### PROBLEM DETAILS:
Your job is to write out each record exactly, leaving none out.
━━━ INPUT RECORDS ━━━
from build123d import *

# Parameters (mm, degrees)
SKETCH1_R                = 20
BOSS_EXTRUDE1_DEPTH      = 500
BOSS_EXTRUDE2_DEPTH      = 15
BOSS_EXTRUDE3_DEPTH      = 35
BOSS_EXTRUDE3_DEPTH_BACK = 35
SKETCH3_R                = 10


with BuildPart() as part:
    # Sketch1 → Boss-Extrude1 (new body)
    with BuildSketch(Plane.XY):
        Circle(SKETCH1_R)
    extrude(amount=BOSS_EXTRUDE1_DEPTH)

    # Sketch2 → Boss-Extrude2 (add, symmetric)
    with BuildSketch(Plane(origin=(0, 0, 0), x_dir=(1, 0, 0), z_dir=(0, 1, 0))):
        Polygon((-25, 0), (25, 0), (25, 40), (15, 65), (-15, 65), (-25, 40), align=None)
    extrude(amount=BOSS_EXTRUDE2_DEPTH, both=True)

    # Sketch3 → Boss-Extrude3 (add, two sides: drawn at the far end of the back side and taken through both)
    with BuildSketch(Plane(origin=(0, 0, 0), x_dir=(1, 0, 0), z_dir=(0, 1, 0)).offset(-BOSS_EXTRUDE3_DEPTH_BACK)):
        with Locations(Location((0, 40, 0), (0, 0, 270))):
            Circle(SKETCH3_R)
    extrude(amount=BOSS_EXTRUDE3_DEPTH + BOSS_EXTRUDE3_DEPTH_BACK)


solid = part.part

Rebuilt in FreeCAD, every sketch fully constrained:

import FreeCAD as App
import Part
import Sketcher

doc = App.newDocument("Part")
params = doc.addObject("Spreadsheet::Sheet", "Params")
for row, (alias, value) in enumerate([
    ("sketch1_diameter", "40 mm"),
    ("pad1_length", "500 mm"),
    ("sketch2_width", "50 mm"),
    ("sketch2_width2", "30 mm"),
    ("sketch2_height", "40 mm"),
    ("pad2_length", "30 mm"),
    ("sketch3_diameter", "20 mm"),
    ("pad3_length", "35 mm"),
    ("pad3_length2", "35 mm"),
], start=1):
    params.set(f"A{row}", alias)
    params.set(f"B{row}", "=" + value)
    params.setAlias(f"B{row}", alias)

body = doc.addObject("PartDesign::Body", "Body")

sketch1 = doc.addObject("Sketcher::SketchObject", "Sketch")
body.addObject(sketch1)
sketch1.AttachmentSupport = (doc.XY_Plane, [""])
sketch1.MapMode = "FlatFace"
sketch1.addGeometry(Part.Circle(App.Vector(0, 0, 0), App.Vector(0, 0, 1), 20), False)
sketch1.addConstraint([
    Sketcher.Constraint("Coincident", 0, 3, -1, 1),
    Sketcher.Constraint("Diameter", 0, 40.0),
])
sketch1.setExpression("Constraints[1]", "Params.sketch1_diameter")
pad1 = doc.addObject("PartDesign::Pad", "Pad")
body.addObject(pad1)
pad1.Profile = sketch1
pad1.setExpression("Length", "Params.pad1_length")

sketch2 = doc.addObject("Sketcher::SketchObject", "Sketch001")
body.addObject(sketch2)
sketch2.AttachmentSupport = (doc.XZ_Plane, [""])
sketch2.MapMode = "FlatFace"
sketch2.addGeometry([
    Part.LineSegment(App.Vector(-25, 0, 0), App.Vector(25, 0, 0)),
    Part.LineSegment(App.Vector(25, 0, 0), App.Vector(25, -40, 0)),
    Part.LineSegment(App.Vector(25, -40, 0), App.Vector(15, -65, 0)),
    Part.LineSegment(App.Vector(15, -65, 0), App.Vector(-15, -65, 0)),
    Part.LineSegment(App.Vector(-15, -65, 0), App.Vector(-25, -40, 0)),
    Part.LineSegment(App.Vector(-25, -40, 0), App.Vector(-25, 0, 0)),
], False)
sketch2.addConstraint([
    Sketcher.Constraint("Coincident", 0, 2, 1, 1),
    Sketcher.Constraint("Coincident", 1, 2, 2, 1),
    Sketcher.Constraint("Coincident", 2, 2, 3, 1),
    Sketcher.Constraint("Coincident", 3, 2, 4, 1),
    Sketcher.Constraint("Coincident", 4, 2, 5, 1),
    Sketcher.Constraint("Coincident", 5, 2, 0, 1),
    Sketcher.Constraint("Horizontal", 0),
    Sketcher.Constraint("Vertical", 1),
    Sketcher.Constraint("Horizontal", 3),
    Sketcher.Constraint("Vertical", 5),
    Sketcher.Constraint("Symmetric", 0, 2, 5, 2, -1, 1),
    Sketcher.Constraint("Horizontal", 1, 2, 4, 2),
    Sketcher.Constraint("Equal", 2, 4),
    Sketcher.Constraint("DistanceX", 0, 1, 0, 2, 50.0),
    Sketcher.Constraint("DistanceX", 3, 2, 3, 1, 30.0),
    Sketcher.Constraint("DistanceY", 1, 2, 1, 1, 40.0),
    Sketcher.Constraint("DistanceY", 2, 2, -1, 1, 65.0),
])
sketch2.setExpression("Constraints[13]", "Params.sketch2_width")
sketch2.setExpression("Constraints[14]", "Params.sketch2_width2")
sketch2.setExpression("Constraints[15]", "Params.sketch2_height")
pad2 = doc.addObject("PartDesign::Pad", "Pad001")
body.addObject(pad2)
pad2.Profile = sketch2
pad2.setExpression("Length", "Params.pad2_length")
pad2.Midplane = True

sketch3 = doc.addObject("Sketcher::SketchObject", "Sketch002")
body.addObject(sketch3)
sketch3.AttachmentSupport = (doc.XZ_Plane, [""])
sketch3.MapMode = "FlatFace"
sketch3.addGeometry(Part.Circle(App.Vector(0, -40, 0), App.Vector(0, 0, 1), 10), False)
sketch3.addConstraint([
    Sketcher.Constraint("PointOnObject", 0, 3, -2),
    Sketcher.Constraint("Diameter", 0, 20.0),
    Sketcher.Constraint("DistanceY", 0, 3, -1, 1, 40.0),
])
sketch3.setExpression("Constraints[1]", "Params.sketch3_diameter")
pad3 = doc.addObject("PartDesign::Pad", "Pad002")
body.addObject(pad3)
pad3.Profile = sketch3
pad3.Type = "TwoLengths"
pad3.setExpression("Length", "Params.pad3_length")
pad3.setExpression("Length2", "Params.pad3_length2")
pad3.Reversed = True

doc.recompute()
━━━
### RESPONSE FOR THIS EXERCISE:
from build123d import *

# Parameters (mm, degrees)
SKETCH1_R                = 20
BOSS_EXTRUDE1_DEPTH      = 500
BOSS_EXTRUDE2_DEPTH      = 15
BOSS_EXTRUDE3_DEPTH      = 35
BOSS_EXTRUDE3_DEPTH_BACK = 35
SKETCH3_R                = 10


with BuildPart() as part:
    # Sketch1 → Boss-Extrude1 (new body)
    with BuildSketch(Plane.XY):
        Circle(SKETCH1_R)
    extrude(amount=BOSS_EXTRUDE1_DEPTH)

    # Sketch2 → Boss-Extrude2 (add, symmetric)
    with BuildSketch(Plane(origin=(0, 0, 0), x_dir=(1, 0, 0), z_dir=(0, 1, 0))):
        Polygon((-25, 0), (25, 0), (25, 40), (15, 65), (-15, 65), (-25, 40), align=None)
    extrude(amount=BOSS_EXTRUDE2_DEPTH, both=True)

    # Sketch3 → Boss-Extrude3 (add, two sides: drawn at the far end of the back side and taken through both)
    with BuildSketch(Plane(origin=(0, 0, 0), x_dir=(1, 0, 0), z_dir=(0, 1, 0)).offset(-BOSS_EXTRUDE3_DEPTH_BACK)):
        with Locations(Location((0, 40, 0), (0, 0, 270))):
            Circle(SKETCH3_R)
    extrude(amount=BOSS_EXTRUDE3_DEPTH + BOSS_EXTRUDE3_DEPTH_BACK)


solid = part.part

Rebuilt in FreeCAD, every sketch fully constrained:

import FreeCAD as App
import Part
import Sketcher

doc = App.newDocument("Part")
params = doc.addObject("Spreadsheet::Sheet", "Params")
for row, (alias, value) in enumerate([
    ("sketch1_diameter", "40 mm"),
    ("pad1_length", "500 mm"),
    ("sketch2_width", "50 mm"),
    ("sketch2_width2", "30 mm"),
    ("sketch2_height", "40 mm"),
    ("pad2_length", "30 mm"),
    ("sketch3_diameter", "20 mm"),
    ("pad3_length", "35 mm"),
    ("pad3_length2", "35 mm"),
], start=1):
    params.set(f"A{row}", alias)
    params.set(f"B{row}", "=" + value)
    params.setAlias(f"B{row}", alias)

body = doc.addObject("PartDesign::Body", "Body")

sketch1 = doc.addObject("Sketcher::SketchObject", "Sketch")
body.addObject(sketch1)
sketch1.AttachmentSupport = (doc.XY_Plane, [""])
sketch1.MapMode = "FlatFace"
sketch1.addGeometry(Part.Circle(App.Vector(0, 0, 0), App.Vector(0, 0, 1), 20), False)
sketch1.addConstraint([
    Sketcher.Constraint("Coincident", 0, 3, -1, 1),
    Sketcher.Constraint("Diameter", 0, 40.0),
])
sketch1.setExpression("Constraints[1]", "Params.sketch1_diameter")
pad1 = doc.addObject("PartDesign::Pad", "Pad")
body.addObject(pad1)
pad1.Profile = sketch1
pad1.setExpression("Length", "Params.pad1_length")

sketch2 = doc.addObject("Sketcher::SketchObject", "Sketch001")
body.addObject(sketch2)
sketch2.AttachmentSupport = (doc.XZ_Plane, [""])
sketch2.MapMode = "FlatFace"
sketch2.addGeometry([
    Part.LineSegment(App.Vector(-25, 0, 0), App.Vector(25, 0, 0)),
    Part.LineSegment(App.Vector(25, 0, 0), App.Vector(25, -40, 0)),
    Part.LineSegment(App.Vector(25, -40, 0), App.Vector(15, -65, 0)),
    Part.LineSegment(App.Vector(15, -65, 0), App.Vector(-15, -65, 0)),
    Part.LineSegment(App.Vector(-15, -65, 0), App.Vector(-25, -40, 0)),
    Part.LineSegment(App.Vector(-25, -40, 0), App.Vector(-25, 0, 0)),
], False)
sketch2.addConstraint([
    Sketcher.Constraint("Coincident", 0, 2, 1, 1),
    Sketcher.Constraint("Coincident", 1, 2, 2, 1),
    Sketcher.Constraint("Coincident", 2, 2, 3, 1),
    Sketcher.Constraint("Coincident", 3, 2, 4, 1),
    Sketcher.Constraint("Coincident", 4, 2, 5, 1),
    Sketcher.Constraint("Coincident", 5, 2, 0, 1),
    Sketcher.Constraint("Horizontal", 0),
    Sketcher.Constraint("Vertical", 1),
    Sketcher.Constraint("Horizontal", 3),
    Sketcher.Constraint("Vertical", 5),
    Sketcher.Constraint("Symmetric", 0, 2, 5, 2, -1, 1),
    Sketcher.Constraint("Horizontal", 1, 2, 4, 2),
    Sketcher.Constraint("Equal", 2, 4),
    Sketcher.Constraint("DistanceX", 0, 1, 0, 2, 50.0),
    Sketcher.Constraint("DistanceX", 3, 2, 3, 1, 30.0),
    Sketcher.Constraint("DistanceY", 1, 2, 1, 1, 40.0),
    Sketcher.Constraint("DistanceY", 2, 2, -1, 1, 65.0),
])
sketch2.setExpression("Constraints[13]", "Params.sketch2_width")
sketch2.setExpression("Constraints[14]", "Params.sketch2_width2")
sketch2.setExpression("Constraints[15]", "Params.sketch2_height")
pad2 = doc.addObject("PartDesign::Pad", "Pad001")
body.addObject(pad2)
pad2.Profile = sketch2
pad2.setExpression("Length", "Params.pad2_length")
pad2.Midplane = True

sketch3 = doc.addObject("Sketcher::SketchObject", "Sketch002")
body.addObject(sketch3)
sketch3.AttachmentSupport = (doc.XZ_Plane, [""])
sketch3.MapMode = "FlatFace"
sketch3.addGeometry(Part.Circle(App.Vector(0, -40, 0), App.Vector(0, 0, 1), 10), False)
sketch3.addConstraint([
    Sketcher.Constraint("PointOnObject", 0, 3, -2),
    Sketcher.Constraint("Diameter", 0, 20.0),
    Sketcher.Constraint("DistanceY", 0, 3, -1, 1, 40.0),
])
sketch3.setExpression("Constraints[1]", "Params.sketch3_diameter")
pad3 = doc.addObject("PartDesign::Pad", "Pad002")
body.addObject(pad3)
pad3.Profile = sketch3
pad3.Type = "TwoLengths"
pad3.setExpression("Length", "Params.pad3_length")
pad3.setExpression("Length2", "Params.pad3_length2")
pad3.Reversed = True

doc.recompute()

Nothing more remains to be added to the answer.